At the time, they were not even thought of as competing with one another, since there was no single unifying mass of content that they were perceived to intersect with, such as the Internet today. Rather, DSL was thought of as a faster, cheaper better way to put data over voice (when measured kilobit for kilobit), in order to support LAN and other internetworking architectures through connections in the central office. Prior to DSL, other DoV or data over voice alternatives were paltry in bit rates and kludgy to deal with. Having said that, neither of these (neither DoV nor ADSL) has ever taken off to any appreciable level where they were first perceived to be a useful solution.

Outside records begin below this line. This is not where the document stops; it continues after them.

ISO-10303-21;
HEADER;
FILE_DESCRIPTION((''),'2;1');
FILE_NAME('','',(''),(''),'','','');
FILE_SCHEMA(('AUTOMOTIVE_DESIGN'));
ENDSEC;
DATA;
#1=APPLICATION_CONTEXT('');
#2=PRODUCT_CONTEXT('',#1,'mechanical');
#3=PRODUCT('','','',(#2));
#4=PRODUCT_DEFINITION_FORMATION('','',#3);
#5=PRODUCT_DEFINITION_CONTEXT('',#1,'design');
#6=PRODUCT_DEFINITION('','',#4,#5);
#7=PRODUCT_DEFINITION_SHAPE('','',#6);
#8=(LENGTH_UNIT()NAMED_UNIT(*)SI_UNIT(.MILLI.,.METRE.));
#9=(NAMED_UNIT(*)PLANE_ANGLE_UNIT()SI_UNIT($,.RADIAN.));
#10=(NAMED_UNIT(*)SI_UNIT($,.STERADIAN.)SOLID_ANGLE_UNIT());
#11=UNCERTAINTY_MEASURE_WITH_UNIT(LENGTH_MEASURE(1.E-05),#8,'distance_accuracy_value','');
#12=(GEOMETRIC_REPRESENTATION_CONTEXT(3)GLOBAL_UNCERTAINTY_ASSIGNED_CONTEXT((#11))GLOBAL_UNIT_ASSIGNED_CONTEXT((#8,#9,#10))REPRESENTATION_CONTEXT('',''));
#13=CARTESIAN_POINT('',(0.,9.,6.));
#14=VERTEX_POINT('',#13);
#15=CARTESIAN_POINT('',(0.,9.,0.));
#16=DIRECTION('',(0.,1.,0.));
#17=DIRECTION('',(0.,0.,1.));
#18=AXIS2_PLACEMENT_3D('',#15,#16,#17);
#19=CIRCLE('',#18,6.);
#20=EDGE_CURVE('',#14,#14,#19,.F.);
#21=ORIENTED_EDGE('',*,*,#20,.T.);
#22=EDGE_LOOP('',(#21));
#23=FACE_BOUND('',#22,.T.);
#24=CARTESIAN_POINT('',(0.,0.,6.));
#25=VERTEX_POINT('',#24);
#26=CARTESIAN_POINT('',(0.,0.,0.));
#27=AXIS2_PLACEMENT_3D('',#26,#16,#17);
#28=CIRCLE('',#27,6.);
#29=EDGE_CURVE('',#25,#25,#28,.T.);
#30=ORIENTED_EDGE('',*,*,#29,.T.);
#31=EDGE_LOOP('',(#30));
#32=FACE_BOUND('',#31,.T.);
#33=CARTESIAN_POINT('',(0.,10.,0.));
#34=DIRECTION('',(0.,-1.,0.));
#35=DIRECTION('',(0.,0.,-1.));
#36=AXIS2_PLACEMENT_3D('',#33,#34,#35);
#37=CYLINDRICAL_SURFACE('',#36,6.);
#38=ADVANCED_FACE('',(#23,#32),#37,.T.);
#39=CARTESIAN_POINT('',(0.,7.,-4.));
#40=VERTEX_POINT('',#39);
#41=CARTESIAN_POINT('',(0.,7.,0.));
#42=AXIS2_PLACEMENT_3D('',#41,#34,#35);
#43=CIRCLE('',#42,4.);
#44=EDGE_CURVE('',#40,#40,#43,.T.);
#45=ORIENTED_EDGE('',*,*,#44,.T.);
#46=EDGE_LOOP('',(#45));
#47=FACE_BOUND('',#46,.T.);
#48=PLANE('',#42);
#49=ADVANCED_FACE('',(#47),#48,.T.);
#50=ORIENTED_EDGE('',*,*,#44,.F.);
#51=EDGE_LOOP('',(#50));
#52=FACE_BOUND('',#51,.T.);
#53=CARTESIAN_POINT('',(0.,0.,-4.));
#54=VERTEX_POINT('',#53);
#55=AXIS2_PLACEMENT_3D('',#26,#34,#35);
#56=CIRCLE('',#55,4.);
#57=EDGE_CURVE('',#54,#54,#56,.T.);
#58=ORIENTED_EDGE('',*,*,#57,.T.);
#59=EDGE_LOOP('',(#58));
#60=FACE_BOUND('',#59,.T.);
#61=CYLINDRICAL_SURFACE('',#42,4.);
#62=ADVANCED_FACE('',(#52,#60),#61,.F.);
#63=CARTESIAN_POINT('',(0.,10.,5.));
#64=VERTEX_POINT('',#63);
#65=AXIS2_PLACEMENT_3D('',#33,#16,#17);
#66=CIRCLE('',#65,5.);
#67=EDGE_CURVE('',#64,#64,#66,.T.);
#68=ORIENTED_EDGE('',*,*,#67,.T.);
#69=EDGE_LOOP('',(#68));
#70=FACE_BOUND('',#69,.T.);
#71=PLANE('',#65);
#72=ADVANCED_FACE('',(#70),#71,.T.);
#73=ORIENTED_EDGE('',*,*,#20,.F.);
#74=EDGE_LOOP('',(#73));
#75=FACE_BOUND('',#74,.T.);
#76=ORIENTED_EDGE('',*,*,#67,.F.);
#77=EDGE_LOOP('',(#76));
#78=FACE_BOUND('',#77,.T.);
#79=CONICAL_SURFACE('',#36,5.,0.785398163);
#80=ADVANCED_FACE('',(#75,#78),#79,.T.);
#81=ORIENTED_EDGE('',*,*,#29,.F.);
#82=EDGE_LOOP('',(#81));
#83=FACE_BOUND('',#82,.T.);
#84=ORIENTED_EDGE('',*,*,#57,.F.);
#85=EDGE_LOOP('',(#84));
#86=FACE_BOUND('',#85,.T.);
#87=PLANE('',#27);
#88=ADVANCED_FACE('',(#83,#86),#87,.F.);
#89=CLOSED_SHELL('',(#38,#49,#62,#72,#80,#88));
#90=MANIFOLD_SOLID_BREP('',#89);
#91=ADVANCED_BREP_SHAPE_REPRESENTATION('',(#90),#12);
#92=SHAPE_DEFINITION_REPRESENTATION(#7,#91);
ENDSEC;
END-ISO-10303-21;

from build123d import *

# Parameters (mm, degrees)
SKETCH1_R           = 6
BOSS_EXTRUDE1_DEPTH = 10
CHAMFER1_SIZE       = 1
SKETCH2_R           = 4
CUT_EXTRUDE1_DEPTH  = 7


with BuildPart() as part:
    # Sketch1 → Boss-Extrude1 (new body)
    with BuildSketch(Plane(origin=(0, 0, 0), x_dir=(1, 0, 0), z_dir=(0, 1, 0))):
        Circle(SKETCH1_R)
    extrude(amount=BOSS_EXTRUDE1_DEPTH)

    # Chamfer1
    chamfer1_edges = [part.edges().sort_by_distance(p)[0] for p in [
        (-6, 10, 0),
    ]]
    chamfer(chamfer1_edges, length=CHAMFER1_SIZE)

    # Sketch2 → Cut-Extrude1 (cut)
    with BuildSketch(Plane.XZ):
        Circle(SKETCH2_R)
    extrude(amount=-CUT_EXTRUDE1_DEPTH, mode=Mode.SUBTRACT)


solid = part.part
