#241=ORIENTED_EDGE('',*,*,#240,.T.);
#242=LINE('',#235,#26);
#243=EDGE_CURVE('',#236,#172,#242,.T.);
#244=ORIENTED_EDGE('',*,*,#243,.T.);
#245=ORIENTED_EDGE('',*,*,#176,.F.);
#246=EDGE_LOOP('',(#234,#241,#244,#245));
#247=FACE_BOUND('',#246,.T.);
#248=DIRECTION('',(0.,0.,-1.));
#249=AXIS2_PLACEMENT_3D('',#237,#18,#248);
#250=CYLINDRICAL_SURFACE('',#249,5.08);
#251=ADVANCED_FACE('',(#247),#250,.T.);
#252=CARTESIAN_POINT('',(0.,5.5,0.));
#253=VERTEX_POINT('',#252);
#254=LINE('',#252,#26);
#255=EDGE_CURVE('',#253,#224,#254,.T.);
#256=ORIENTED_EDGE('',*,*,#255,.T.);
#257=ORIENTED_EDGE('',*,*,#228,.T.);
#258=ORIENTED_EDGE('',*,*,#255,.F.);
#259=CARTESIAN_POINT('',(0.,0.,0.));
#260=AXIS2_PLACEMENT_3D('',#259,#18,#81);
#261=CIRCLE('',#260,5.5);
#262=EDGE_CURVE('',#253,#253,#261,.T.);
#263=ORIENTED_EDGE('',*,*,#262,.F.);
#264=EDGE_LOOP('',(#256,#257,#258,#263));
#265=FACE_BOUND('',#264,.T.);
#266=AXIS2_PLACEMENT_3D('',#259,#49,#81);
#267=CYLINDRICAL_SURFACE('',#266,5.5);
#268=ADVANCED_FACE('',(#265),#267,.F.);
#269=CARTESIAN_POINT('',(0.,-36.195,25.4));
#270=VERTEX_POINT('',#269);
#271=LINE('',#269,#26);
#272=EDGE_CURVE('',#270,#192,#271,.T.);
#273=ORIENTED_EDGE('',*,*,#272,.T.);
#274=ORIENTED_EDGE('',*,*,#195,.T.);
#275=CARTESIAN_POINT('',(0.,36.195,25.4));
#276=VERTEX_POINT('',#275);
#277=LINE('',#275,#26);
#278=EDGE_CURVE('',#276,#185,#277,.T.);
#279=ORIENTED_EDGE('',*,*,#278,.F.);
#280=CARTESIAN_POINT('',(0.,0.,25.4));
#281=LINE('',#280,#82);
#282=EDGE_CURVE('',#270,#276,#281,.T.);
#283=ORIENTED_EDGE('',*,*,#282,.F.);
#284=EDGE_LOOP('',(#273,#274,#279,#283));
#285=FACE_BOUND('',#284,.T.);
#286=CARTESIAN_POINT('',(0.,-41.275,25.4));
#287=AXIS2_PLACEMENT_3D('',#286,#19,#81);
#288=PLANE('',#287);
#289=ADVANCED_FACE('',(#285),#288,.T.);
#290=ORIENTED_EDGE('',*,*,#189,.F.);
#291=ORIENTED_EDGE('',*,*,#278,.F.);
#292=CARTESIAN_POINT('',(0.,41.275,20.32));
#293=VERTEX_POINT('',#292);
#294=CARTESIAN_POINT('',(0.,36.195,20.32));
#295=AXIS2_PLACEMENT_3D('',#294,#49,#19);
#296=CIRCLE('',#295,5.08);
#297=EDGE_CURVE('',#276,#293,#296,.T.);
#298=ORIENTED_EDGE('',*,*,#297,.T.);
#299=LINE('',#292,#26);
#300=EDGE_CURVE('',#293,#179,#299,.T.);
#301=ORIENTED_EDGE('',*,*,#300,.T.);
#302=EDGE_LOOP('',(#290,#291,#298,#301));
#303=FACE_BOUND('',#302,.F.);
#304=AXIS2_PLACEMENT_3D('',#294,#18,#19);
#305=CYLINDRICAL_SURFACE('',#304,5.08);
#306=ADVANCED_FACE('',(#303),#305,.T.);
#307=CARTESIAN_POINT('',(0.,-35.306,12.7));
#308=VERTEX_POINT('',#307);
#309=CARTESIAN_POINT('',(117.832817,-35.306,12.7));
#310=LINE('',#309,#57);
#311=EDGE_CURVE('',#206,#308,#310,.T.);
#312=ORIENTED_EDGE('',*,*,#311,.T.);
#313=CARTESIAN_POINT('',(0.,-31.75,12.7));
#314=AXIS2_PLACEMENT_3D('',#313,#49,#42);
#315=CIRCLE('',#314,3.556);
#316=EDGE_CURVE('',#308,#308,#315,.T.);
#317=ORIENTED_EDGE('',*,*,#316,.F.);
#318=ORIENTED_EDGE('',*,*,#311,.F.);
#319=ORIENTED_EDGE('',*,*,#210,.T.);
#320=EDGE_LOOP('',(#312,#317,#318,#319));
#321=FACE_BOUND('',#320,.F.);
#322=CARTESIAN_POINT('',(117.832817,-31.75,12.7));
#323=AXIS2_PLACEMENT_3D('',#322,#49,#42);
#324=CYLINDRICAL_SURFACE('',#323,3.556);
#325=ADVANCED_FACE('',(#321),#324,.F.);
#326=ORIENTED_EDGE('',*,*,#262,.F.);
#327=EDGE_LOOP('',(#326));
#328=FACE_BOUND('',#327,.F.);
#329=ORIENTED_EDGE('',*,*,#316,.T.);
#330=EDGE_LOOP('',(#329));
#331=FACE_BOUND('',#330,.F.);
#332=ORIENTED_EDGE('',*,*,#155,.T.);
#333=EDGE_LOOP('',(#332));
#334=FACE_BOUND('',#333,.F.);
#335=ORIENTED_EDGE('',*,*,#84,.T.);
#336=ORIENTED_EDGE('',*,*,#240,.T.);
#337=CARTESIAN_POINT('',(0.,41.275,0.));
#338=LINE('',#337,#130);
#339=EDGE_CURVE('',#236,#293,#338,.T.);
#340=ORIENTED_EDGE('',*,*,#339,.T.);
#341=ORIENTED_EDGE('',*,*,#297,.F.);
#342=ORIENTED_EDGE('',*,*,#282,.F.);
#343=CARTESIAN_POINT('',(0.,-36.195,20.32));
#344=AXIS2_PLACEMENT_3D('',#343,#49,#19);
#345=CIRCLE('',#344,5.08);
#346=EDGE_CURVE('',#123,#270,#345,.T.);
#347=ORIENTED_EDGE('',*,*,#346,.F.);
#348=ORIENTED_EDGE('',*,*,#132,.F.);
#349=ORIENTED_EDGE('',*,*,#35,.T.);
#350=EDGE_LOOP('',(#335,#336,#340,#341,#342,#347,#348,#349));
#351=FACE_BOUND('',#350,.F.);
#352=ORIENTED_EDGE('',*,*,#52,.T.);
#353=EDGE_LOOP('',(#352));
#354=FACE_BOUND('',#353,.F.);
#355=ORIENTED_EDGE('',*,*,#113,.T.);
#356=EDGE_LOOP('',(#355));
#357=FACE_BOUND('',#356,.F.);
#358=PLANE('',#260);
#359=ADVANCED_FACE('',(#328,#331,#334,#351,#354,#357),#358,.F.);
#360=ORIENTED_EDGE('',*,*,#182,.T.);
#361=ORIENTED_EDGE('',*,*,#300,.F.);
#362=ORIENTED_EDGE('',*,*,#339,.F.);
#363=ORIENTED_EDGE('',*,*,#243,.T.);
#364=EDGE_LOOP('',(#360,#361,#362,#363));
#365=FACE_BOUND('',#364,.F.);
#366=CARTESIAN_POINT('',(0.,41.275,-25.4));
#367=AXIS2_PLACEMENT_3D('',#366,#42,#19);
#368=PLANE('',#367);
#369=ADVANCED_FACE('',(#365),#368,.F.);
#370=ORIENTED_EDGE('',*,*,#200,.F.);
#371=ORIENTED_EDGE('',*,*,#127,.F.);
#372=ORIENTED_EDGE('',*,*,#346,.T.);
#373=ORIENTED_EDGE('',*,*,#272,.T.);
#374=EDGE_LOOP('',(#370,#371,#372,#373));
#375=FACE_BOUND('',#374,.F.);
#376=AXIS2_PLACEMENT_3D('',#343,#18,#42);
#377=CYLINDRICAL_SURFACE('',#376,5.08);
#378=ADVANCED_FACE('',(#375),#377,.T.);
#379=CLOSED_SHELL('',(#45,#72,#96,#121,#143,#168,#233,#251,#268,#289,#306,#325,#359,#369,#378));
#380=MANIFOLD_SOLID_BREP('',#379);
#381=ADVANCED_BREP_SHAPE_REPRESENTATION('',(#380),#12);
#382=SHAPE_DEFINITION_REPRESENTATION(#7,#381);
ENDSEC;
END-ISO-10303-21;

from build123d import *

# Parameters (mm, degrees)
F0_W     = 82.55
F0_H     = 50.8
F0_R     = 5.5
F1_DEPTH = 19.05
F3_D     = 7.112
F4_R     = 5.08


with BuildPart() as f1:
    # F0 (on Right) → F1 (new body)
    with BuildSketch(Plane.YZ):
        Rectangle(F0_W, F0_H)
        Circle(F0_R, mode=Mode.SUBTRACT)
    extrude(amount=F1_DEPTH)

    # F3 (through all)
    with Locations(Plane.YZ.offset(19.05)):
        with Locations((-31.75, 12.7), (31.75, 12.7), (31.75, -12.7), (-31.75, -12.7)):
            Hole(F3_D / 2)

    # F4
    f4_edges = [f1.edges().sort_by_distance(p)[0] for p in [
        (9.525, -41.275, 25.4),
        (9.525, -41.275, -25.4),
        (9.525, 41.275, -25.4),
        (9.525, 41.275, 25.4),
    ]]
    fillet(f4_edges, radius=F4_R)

This was all taking place during a series of evolutionary events in telecomms technology that could only be described as a great turning point. A half dozen years in substantive making, and fifteen years before that in the nascent state, the Internet influence finally began to be felt.

The great strawman representations which centered on the visions of McLuhan and Co., of what the Global Village would look like during the 90-91 time frame, centered around a number of set-top box-enabling gadgets and alternative Super Market shopping models and pizza delivery schemes.

If you are looking for other such momentarily useless technologies, take a look at any list of emergents. Start with the developments at Lawrence Livermore, then go to MIT's Media Lab, and then take a look at the Gilder list. You will find that many of the items listed therein are solutions waiting for as-yet-undiscovered problems, or to keep it proper and Nintees-ish, opportunities.